**What to work on**
Starting at the line below holding "Line((10, 10), (10, 30.780456))" and stopping at the line holding "FreeCAD Python script", print every line exactly, both ends included, and leave the rest out.

**Task data**
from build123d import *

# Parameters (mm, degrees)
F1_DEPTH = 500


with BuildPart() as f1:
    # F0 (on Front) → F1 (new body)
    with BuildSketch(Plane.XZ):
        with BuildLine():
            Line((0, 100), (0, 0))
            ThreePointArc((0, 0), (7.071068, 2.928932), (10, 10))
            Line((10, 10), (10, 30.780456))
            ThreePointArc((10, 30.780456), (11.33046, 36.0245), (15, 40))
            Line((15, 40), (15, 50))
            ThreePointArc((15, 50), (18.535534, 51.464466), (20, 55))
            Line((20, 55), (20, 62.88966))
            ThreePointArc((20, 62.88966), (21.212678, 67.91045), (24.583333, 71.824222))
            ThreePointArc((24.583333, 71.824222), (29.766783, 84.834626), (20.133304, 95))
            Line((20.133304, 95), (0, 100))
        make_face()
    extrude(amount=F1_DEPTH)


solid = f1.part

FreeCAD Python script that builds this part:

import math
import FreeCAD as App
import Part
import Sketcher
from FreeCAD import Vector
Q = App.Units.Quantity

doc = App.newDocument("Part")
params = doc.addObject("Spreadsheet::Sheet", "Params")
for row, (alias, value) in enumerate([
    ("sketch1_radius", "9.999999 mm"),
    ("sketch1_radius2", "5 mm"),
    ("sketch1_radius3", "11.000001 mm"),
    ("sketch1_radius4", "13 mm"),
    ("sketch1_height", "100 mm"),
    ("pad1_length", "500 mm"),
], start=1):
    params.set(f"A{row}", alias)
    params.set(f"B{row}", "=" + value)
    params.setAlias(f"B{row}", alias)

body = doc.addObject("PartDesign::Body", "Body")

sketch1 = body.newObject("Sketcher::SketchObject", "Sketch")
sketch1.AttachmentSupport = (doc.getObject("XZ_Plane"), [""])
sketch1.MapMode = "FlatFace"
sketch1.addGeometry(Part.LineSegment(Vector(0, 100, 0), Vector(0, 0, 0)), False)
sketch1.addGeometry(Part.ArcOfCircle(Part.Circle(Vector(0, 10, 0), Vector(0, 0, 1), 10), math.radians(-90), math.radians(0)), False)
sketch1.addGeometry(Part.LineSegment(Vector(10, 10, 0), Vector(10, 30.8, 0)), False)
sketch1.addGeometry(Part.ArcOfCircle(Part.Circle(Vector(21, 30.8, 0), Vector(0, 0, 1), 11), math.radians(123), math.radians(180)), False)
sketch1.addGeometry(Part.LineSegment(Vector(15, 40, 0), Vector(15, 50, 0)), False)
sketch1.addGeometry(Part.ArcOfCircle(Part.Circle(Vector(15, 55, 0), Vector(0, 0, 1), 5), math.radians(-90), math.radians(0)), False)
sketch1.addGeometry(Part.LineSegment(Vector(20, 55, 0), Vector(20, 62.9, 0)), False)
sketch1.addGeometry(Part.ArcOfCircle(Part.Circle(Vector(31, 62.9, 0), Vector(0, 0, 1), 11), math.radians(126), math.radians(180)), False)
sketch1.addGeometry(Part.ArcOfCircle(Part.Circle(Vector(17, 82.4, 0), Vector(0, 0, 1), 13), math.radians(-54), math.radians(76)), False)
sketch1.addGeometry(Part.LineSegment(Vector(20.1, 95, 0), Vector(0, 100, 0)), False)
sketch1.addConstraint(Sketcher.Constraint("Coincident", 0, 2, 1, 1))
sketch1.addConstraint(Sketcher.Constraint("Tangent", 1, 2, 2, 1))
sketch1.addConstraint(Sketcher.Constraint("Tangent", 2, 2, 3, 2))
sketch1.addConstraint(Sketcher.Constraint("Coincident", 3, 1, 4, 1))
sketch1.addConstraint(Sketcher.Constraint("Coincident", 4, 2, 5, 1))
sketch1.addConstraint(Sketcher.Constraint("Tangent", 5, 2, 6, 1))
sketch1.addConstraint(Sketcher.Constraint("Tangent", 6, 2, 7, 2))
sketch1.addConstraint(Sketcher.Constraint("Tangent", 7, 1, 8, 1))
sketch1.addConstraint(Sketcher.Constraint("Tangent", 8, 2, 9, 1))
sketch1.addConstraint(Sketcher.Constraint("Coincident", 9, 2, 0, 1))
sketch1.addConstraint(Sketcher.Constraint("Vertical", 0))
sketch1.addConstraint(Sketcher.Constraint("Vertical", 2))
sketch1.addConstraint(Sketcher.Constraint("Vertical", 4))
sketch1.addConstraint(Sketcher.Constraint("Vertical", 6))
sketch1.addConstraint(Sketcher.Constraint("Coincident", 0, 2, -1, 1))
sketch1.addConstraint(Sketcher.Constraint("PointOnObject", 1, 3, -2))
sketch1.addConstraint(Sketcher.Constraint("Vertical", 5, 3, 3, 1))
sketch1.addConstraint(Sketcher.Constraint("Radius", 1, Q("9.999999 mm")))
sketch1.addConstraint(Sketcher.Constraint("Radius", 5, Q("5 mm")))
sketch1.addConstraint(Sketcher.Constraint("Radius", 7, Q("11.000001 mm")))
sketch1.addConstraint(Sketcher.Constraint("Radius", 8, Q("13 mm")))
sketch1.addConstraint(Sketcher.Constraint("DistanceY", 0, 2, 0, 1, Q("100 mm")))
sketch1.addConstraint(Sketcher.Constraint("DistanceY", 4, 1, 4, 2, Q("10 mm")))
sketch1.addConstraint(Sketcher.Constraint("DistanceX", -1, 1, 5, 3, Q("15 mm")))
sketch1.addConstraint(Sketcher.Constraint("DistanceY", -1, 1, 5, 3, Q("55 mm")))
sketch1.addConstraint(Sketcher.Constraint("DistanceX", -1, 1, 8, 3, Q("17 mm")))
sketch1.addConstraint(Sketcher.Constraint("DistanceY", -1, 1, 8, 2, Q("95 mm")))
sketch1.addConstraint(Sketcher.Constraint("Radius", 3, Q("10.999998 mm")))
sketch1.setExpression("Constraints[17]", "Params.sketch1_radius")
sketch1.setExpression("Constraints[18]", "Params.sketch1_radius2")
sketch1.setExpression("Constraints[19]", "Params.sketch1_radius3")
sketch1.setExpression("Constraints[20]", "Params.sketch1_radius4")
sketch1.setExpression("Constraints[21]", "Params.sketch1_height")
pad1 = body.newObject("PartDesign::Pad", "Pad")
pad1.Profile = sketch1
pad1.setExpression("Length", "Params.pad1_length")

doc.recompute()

**Answer to this task**
            Line((10, 10), (10, 30.780456))
            ThreePointArc((10, 30.780456), (11.33046, 36.0245), (15, 40))
            Line((15, 40), (15, 50))
            ThreePointArc((15, 50), (18.535534, 51.464466), (20, 55))
            Line((20, 55), (20, 62.88966))
            ThreePointArc((20, 62.88966), (21.212678, 67.91045), (24.583333, 71.824222))
            ThreePointArc((24.583333, 71.824222), (29.766783, 84.834626), (20.133304, 95))
            Line((20.133304, 95), (0, 100))
        make_face()
    extrude(amount=F1_DEPTH)


solid = f1.part

FreeCAD Python script that builds this part:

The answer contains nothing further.